Copy exactly, please, the lines of the data from its start through the line containing "#22=EDGE_LOOP('',(#21));".
^^^^^^^^^^^^^^^^
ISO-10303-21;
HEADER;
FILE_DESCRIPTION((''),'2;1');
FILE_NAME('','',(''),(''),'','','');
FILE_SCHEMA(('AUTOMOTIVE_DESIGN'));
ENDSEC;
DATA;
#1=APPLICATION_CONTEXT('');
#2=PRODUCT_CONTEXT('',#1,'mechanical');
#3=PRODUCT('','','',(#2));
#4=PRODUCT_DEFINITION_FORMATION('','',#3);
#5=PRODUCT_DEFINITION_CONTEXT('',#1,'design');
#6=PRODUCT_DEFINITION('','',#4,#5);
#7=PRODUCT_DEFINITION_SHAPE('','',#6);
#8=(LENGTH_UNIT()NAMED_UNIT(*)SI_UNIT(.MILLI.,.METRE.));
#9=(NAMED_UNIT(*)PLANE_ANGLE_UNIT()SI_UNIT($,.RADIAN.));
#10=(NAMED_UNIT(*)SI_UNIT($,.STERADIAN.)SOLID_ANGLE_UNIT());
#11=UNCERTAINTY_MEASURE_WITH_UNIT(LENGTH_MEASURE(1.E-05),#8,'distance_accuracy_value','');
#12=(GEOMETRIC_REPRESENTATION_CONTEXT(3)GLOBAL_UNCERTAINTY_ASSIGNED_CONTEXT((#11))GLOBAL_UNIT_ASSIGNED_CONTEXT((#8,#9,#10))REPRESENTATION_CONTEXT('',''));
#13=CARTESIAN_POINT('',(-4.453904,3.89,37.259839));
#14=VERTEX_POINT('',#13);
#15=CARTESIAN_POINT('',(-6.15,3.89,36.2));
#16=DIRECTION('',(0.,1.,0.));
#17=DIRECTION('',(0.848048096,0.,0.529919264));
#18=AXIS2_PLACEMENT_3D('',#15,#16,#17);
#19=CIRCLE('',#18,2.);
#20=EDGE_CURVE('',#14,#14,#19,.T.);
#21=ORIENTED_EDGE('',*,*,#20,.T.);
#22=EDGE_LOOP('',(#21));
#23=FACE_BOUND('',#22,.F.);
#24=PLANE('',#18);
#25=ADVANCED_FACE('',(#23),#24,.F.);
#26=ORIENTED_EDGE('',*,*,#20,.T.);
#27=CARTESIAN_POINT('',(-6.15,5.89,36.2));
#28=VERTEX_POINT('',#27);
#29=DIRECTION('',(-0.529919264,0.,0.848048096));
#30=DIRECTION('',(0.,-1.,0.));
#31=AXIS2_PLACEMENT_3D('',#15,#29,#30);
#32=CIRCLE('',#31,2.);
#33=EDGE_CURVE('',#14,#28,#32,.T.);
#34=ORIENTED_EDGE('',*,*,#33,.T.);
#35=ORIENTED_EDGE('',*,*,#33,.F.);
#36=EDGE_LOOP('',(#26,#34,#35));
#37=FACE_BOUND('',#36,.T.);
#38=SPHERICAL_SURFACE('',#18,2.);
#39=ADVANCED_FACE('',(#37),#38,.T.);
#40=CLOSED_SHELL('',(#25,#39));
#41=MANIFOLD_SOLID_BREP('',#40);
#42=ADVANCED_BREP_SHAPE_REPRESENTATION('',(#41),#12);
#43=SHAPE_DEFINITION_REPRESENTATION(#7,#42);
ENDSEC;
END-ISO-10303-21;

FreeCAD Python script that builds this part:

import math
import FreeCAD as App
import Part
import Sketcher
Q = App.Units.Quantity

doc = App.newDocument("Part")
body = doc.addObject("PartDesign::Body", "Body")

# Sketch on XY plane
sketch1 = body.newObject("Sketcher::SketchObject", "Sketch")
sketch1.AttachmentSupport = (doc.getObject("XY_Plane"), [""])
sketch1.MapMode = "FlatFace"
sketch1.AttachmentOffset = App.Placement(App.Vector(0, 0, -10), App.Rotation())
sketch1.addGeometry([
    Part.LineSegment(App.Vector(-5, 5, 0), App.Vector(-5, -5, 0)),
    Part.LineSegment(App.Vector(-5, -5, 0), App.Vector(5, -5, 0)),
    Part.LineSegment(App.Vector(5, -5, 0), App.Vector(5, 5, 0)),
    Part.LineSegment(App.Vector(5, 5, 0), App.Vector(-5, 5, 0)),
], False)
sketch1.addConstraint([
    Sketcher.Constraint("Coincident", 0, 2, 1, 1),
    Sketcher.Constraint("Coincident", 1, 2, 2, 1),
    Sketcher.Constraint("Coincident", 2, 2, 3, 1),
    Sketcher.Constraint("Coincident", 3, 2, 0, 1),
    Sketcher.Constraint("Vertical", 0),
    Sketcher.Constraint("Horizontal", 1),
    Sketcher.Constraint("Vertical", 2),
    Sketcher.Constraint("Horizontal", 3),
    Sketcher.Constraint("Symmetric", 0, 2, 2, 2, -1, 1),
    Sketcher.Constraint("Equal", 3, 0),
    Sketcher.Constraint("DistanceX", 1, 1, 1, 2, Q("10 mm")),
])
pad1 = body.newObject("PartDesign::Pad", "Pad")
pad1.Profile = sketch1
pad1.Length = 10
body2 = doc.addObject("PartDesign::Body", "Body001")

# Sketch on XZ plane
sketch2 = body2.newObject("Sketcher::SketchObject", "Sketch001")
sketch2.AttachmentSupport = (doc.getObject("XZ_Plane001"), [""])
sketch2.MapMode = "FlatFace"
sketch2.addGeometry([
    Part.ArcOfCircle(Part.Circle(App.Vector(0, 0, 0), App.Vector(0, 0, 1), 2), math.radians(-90), math.radians(90)),
    Part.LineSegment(App.Vector(0, 2, 0), App.Vector(0, -2, 0)),
], False)
sketch2.addConstraint([
    Sketcher.Constraint("Coincident", 0, 1, 1, 2),
    Sketcher.Constraint("Coincident", 1, 1, 0, 2),
    Sketcher.Constraint("Vertical", 1),
    Sketcher.Constraint("Coincident", 0, 3, -1, 1),
    Sketcher.Constraint("PointOnObject", 0, 1, -2),
    Sketcher.Constraint("Radius", 0, Q("2 mm")),
])
revolution = body2.newObject("PartDesign::Revolution", "Revolution")
revolution.Profile = sketch2
revolution.ReferenceAxis = (sketch2, ["V_Axis"])
revolution.Angle = 360
doc.recompute()

boolean = body2.newObject("PartDesign::Boolean", "Boolean")
boolean.Type = "Cut"
boolean.addObjects([body])
body3 = doc.addObject("PartDesign::Body", "Body002")
doc.recompute()

body2.Placement = App.Placement(App.Vector(0, 0, 0), App.Rotation(App.Vector(1, 0, 0), 270))
boolean2 = body3.newObject("PartDesign::Boolean", "Boolean001")
boolean2.Type = "Fuse"
boolean2.addObjects([body2])
body4 = doc.addObject("PartDesign::Body", "Body003")
doc.recompute()

body3.Placement = App.Placement(App.Vector(0, 0, 0), App.Rotation(App.Vector(0, 1, 0), 328))
boolean3 = body4.newObject("PartDesign::Boolean", "Boolean002")
boolean3.Type = "Fuse"
boolean3.addObjects([body3])
body5 = doc.addObject("PartDesign::Body", "Body004")
doc.recompute()

body4.Placement = App.Placement(App.Vector(-6.15, 3.89, 36.2), App.Rotation(App.Vector(0, 0, 1), 0))
boolean4 = body5.newObject("PartDesign::Boolean", "Boolean003")
boolean4.Type = "Fuse"
boolean4.addObjects([body4])

doc.recompute()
^^^^^^^^^^^^^^^^
TASK ANSWER:
ISO-10303-21;
HEADER;
FILE_DESCRIPTION((''),'2;1');
FILE_NAME('','',(''),(''),'','','');
FILE_SCHEMA(('AUTOMOTIVE_DESIGN'));
ENDSEC;
DATA;
#1=APPLICATION_CONTEXT('');
#2=PRODUCT_CONTEXT('',#1,'mechanical');
#3=PRODUCT('','','',(#2));
#4=PRODUCT_DEFINITION_FORMATION('','',#3);
#5=PRODUCT_DEFINITION_CONTEXT('',#1,'design');
#6=PRODUCT_DEFINITION('','',#4,#5);
#7=PRODUCT_DEFINITION_SHAPE('','',#6);
#8=(LENGTH_UNIT()NAMED_UNIT(*)SI_UNIT(.MILLI.,.METRE.));
#9=(NAMED_UNIT(*)PLANE_ANGLE_UNIT()SI_UNIT($,.RADIAN.));
#10=(NAMED_UNIT(*)SI_UNIT($,.STERADIAN.)SOLID_ANGLE_UNIT());
#11=UNCERTAINTY_MEASURE_WITH_UNIT(LENGTH_MEASURE(1.E-05),#8,'distance_accuracy_value','');
#12=(GEOMETRIC_REPRESENTATION_CONTEXT(3)GLOBAL_UNCERTAINTY_ASSIGNED_CONTEXT((#11))GLOBAL_UNIT_ASSIGNED_CONTEXT((#8,#9,#10))REPRESENTATION_CONTEXT('',''));
#13=CARTESIAN_POINT('',(-4.453904,3.89,37.259839));
#14=VERTEX_POINT('',#13);
#15=CARTESIAN_POINT('',(-6.15,3.89,36.2));
#16=DIRECTION('',(0.,1.,0.));
#17=DIRECTION('',(0.848048096,0.,0.529919264));
#18=AXIS2_PLACEMENT_3D('',#15,#16,#17);
#19=CIRCLE('',#18,2.);
#20=EDGE_CURVE('',#14,#14,#19,.T.);
#21=ORIENTED_EDGE('',*,*,#20,.T.);
#22=EDGE_LOOP('',(#21));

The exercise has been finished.